Уже привыкшими к темноте глазами я вижу на чаше царапины и следы ударов. Пальцы мои ощущают вмятины. Ее явно не раз швыряли, с досадой, с ненавистью и отчаяньем.

- Пусть не беспокоят тебя призраки, - говорит сатана. - За двадцать с лишним столетий не остается следа ни от какого яда. Почему ты не пьешь, мой Фауст?

- Ты ведь не провозгласил тоста, как вначале?

- Разве мы не обходились без него? Hу, раз тебе так хочется, пусть это будет тост за жизнь. Ты ведь выпьешь за жизнь, человек?

За окном снова вспыхивает свет сигнальной ракеты. Теперь она повисла еще ближе, чем раньше. В свете ее я снова вижу изображение на амфоре. Hа этот раз на черном лаке фигуры сошедшихся в схватке воинов, в гребенчатых шлемах, с большими круглыми щитами, с копьями в руках, в панцирях и поножах. Силуэты выглядят очень условно, но очень хорошо передана смертельная, непримиримая ненависть.

- За жизнь! - говорю я.

Я чувствую приятное головокружение. Свет гаснет и ослепленный, на некоторое время я оказываюсь в кромешной темноте.

- И это будет хорошим завершением, - говорит сатана.

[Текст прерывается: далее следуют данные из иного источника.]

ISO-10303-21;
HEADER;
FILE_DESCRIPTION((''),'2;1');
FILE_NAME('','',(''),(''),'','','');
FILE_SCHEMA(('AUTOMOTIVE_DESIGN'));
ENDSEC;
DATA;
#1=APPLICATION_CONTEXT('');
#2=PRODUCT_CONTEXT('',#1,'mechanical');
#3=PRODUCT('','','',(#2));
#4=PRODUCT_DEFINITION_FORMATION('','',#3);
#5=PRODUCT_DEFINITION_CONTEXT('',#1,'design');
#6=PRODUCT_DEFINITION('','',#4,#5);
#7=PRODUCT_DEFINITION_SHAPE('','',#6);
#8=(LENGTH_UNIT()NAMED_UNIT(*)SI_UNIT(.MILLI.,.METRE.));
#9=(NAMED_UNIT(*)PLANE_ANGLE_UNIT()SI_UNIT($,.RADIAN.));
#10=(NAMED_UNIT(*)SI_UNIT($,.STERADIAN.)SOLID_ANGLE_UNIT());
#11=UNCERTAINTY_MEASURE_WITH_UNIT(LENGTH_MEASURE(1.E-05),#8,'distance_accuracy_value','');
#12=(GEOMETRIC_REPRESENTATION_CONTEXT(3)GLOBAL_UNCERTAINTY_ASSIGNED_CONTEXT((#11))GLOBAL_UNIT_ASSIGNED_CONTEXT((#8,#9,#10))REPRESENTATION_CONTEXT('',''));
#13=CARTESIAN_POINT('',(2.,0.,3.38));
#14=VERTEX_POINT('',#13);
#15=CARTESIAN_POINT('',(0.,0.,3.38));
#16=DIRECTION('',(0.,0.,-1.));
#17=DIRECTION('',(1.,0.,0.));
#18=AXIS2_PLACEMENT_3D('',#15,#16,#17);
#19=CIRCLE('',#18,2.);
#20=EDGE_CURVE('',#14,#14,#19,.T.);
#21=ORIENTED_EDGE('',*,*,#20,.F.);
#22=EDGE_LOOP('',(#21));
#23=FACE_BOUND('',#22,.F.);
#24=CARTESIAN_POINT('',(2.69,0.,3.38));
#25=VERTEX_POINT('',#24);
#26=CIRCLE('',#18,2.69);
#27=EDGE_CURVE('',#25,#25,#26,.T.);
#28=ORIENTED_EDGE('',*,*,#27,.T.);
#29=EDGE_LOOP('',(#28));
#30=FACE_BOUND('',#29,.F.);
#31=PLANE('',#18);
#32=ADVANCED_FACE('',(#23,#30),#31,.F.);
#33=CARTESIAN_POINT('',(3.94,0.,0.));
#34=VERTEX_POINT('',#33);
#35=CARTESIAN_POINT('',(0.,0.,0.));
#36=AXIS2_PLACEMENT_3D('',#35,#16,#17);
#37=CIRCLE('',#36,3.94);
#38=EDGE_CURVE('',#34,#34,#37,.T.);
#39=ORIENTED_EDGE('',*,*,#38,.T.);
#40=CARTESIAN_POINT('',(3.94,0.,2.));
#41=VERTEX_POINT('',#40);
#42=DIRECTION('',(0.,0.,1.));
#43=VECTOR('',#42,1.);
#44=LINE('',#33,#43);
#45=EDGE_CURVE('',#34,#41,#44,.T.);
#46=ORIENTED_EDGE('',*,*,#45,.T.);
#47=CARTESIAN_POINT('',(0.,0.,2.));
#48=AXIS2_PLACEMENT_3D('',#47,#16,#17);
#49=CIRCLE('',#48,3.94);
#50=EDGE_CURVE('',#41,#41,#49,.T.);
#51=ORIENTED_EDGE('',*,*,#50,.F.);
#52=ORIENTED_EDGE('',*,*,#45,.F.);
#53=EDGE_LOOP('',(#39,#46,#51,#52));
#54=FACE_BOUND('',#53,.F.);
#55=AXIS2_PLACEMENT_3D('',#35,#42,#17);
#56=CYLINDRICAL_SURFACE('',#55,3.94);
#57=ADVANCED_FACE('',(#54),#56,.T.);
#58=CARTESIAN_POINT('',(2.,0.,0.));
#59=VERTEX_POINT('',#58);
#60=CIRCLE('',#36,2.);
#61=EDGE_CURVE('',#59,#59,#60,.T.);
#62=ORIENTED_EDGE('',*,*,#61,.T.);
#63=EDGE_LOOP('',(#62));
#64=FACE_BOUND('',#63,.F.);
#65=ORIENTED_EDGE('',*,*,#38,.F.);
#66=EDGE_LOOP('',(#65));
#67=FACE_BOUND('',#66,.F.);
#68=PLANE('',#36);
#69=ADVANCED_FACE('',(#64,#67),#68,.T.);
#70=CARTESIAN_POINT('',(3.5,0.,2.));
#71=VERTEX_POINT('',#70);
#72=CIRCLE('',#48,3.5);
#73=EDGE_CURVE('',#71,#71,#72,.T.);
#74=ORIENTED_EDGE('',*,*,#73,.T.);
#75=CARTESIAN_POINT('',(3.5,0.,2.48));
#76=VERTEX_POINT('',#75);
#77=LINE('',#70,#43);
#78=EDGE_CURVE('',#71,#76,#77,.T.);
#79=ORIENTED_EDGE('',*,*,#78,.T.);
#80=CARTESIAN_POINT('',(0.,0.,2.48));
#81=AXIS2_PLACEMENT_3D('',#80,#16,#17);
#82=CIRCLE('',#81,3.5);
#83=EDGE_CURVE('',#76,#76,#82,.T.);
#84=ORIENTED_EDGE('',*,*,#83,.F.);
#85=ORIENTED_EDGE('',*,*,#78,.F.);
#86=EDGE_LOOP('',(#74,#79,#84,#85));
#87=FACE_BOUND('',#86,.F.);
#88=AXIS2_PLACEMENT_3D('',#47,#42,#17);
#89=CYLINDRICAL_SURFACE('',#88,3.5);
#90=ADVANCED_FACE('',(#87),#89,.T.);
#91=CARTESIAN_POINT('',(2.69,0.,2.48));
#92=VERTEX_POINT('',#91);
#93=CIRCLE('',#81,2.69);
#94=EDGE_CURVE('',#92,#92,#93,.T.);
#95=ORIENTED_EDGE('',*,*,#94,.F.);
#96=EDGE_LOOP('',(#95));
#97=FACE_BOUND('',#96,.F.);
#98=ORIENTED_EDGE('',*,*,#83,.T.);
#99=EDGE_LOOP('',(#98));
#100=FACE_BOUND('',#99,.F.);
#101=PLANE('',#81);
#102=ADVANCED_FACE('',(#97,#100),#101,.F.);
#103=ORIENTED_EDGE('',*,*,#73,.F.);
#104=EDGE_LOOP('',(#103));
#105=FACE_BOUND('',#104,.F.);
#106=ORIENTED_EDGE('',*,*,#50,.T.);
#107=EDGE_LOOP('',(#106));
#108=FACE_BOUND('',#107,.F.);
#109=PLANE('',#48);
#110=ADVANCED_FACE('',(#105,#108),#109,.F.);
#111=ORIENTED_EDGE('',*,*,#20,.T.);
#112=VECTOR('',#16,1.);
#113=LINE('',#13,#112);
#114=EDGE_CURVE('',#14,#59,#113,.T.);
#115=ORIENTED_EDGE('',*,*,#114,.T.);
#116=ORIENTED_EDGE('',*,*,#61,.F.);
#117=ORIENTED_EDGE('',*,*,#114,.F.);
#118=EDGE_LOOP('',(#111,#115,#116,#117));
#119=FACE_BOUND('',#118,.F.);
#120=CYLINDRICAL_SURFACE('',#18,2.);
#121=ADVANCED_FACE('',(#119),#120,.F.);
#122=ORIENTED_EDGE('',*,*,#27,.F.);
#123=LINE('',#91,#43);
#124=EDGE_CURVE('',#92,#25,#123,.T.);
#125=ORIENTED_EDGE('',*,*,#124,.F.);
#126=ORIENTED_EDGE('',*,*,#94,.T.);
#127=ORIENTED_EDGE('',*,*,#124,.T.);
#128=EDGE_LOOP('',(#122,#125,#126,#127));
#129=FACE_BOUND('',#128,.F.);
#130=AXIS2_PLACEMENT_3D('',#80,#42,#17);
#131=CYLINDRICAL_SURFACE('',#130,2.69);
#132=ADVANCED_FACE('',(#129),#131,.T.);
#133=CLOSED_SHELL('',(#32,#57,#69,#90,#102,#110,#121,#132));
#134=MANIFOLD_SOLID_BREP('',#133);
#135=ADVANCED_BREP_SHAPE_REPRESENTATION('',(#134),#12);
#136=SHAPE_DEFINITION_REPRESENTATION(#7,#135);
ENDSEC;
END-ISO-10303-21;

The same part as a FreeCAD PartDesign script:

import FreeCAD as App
import Part
import Sketcher

V = App.Vector
Q = App.Units.Quantity


def add_polygon(sketch, points):
    """Adds a closed chain of lines whose ends are joined by coincident constraints."""
    first, n = sketch.GeometryCount, len(points)
    for a, b in zip(points, points[1:] + points[:1]):
        sketch.addGeometry(Part.LineSegment(App.Vector(*a, 0), App.Vector(*b, 0)), False)
    for i in range(n):
        sketch.addConstraint(Sketcher.Constraint("Coincident", first + i, 2, first + (i + 1) % n, 1))

doc = App.newDocument("Part")
body = doc.addObject("PartDesign::Body", "Body")

# Sketch on XZ plane
sketch1 = body.newObject("Sketcher::SketchObject", "Sketch")
sketch1.AttachmentSupport = (doc.getObject("XZ_Plane"), [""])
sketch1.MapMode = "FlatFace"
add_polygon(sketch1, [(2, 3.38), (2, 0), (3.94, 0), (3.94, 2), (3.5, 2), (3.5, 2.48), (2.69, 2.48), (2.69, 3.38)])  # lines 0-7
sketch1.addConstraint([
    Sketcher.Constraint("Vertical", 0),
    Sketcher.Constraint("Horizontal", 1),
    Sketcher.Constraint("Vertical", 2),
    Sketcher.Constraint("Horizontal", 3),
    Sketcher.Constraint("Vertical", 4),
    Sketcher.Constraint("Horizontal", 5),
    Sketcher.Constraint("Vertical", 6),
    Sketcher.Constraint("Horizontal", 7),
    Sketcher.Constraint("PointOnObject", 0, 2, -1),
    Sketcher.Constraint("DistanceY", 2, 1, 2, 2, Q("2 mm")),
    Sketcher.Constraint("DistanceX", -1, 1, 1, 2, Q("3.94 mm")),
    Sketcher.Constraint("DistanceX", -1, 1, 5, 2, Q("2.69 mm")),
    Sketcher.Constraint("DistanceY", 6, 1, 6, 2, Q("0.9 mm")),
    Sketcher.Constraint("DistanceX", -1, 1, 0, 2, Q("2 mm")),
    Sketcher.Constraint("DistanceX", 3, 2, 3, 1, Q("0.44 mm")),
    Sketcher.Constraint("DistanceY", 0, 2, 0, 1, Q("3.38 mm")),
])
revolution = body.newObject("PartDesign::Revolution", "Revolution")
revolution.Profile = sketch1
revolution.ReferenceAxis = (sketch1, ["V_Axis"])
revolution.Angle = 360

doc.recompute()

- Как, ты уже уходишь? - интересуюсь я. - Ведь этот вечер только начинается.

- Ты ошибаешься, - говорит сатана. - Вечер закончился. Только начинается ночь.

Hо ее ты встретишь один. Хороших снов, мой святой Антоний.

Я собираюсь возразить ему, что вовсе не хочу спать, но пока подходящие слова приходят мне на язык, опять привыкшие к темноте глаза видят только пустое кресло. Мой собеседник исчез. Hе прощаясь. Как всегда.

"Святой Антоний...", вспоминаю я. Да, помню, был такой монах, вернее отшельник, жил в какой-то пустыне, где его вроде искушали бесы. При чем тут я? Комната начинает кружится в моих глазах. Это уже что-то большее, чем опьянение. Черт возьми, я не настолько пьян. Окружающая меня реальность тает, как попавший в жар кубик масла. Я не вижу протянутой руки. Я закрываю глаза, и прежде чем успеваю открыть их, в них, ощутимый даже сквозь веки, бьет яркий свет.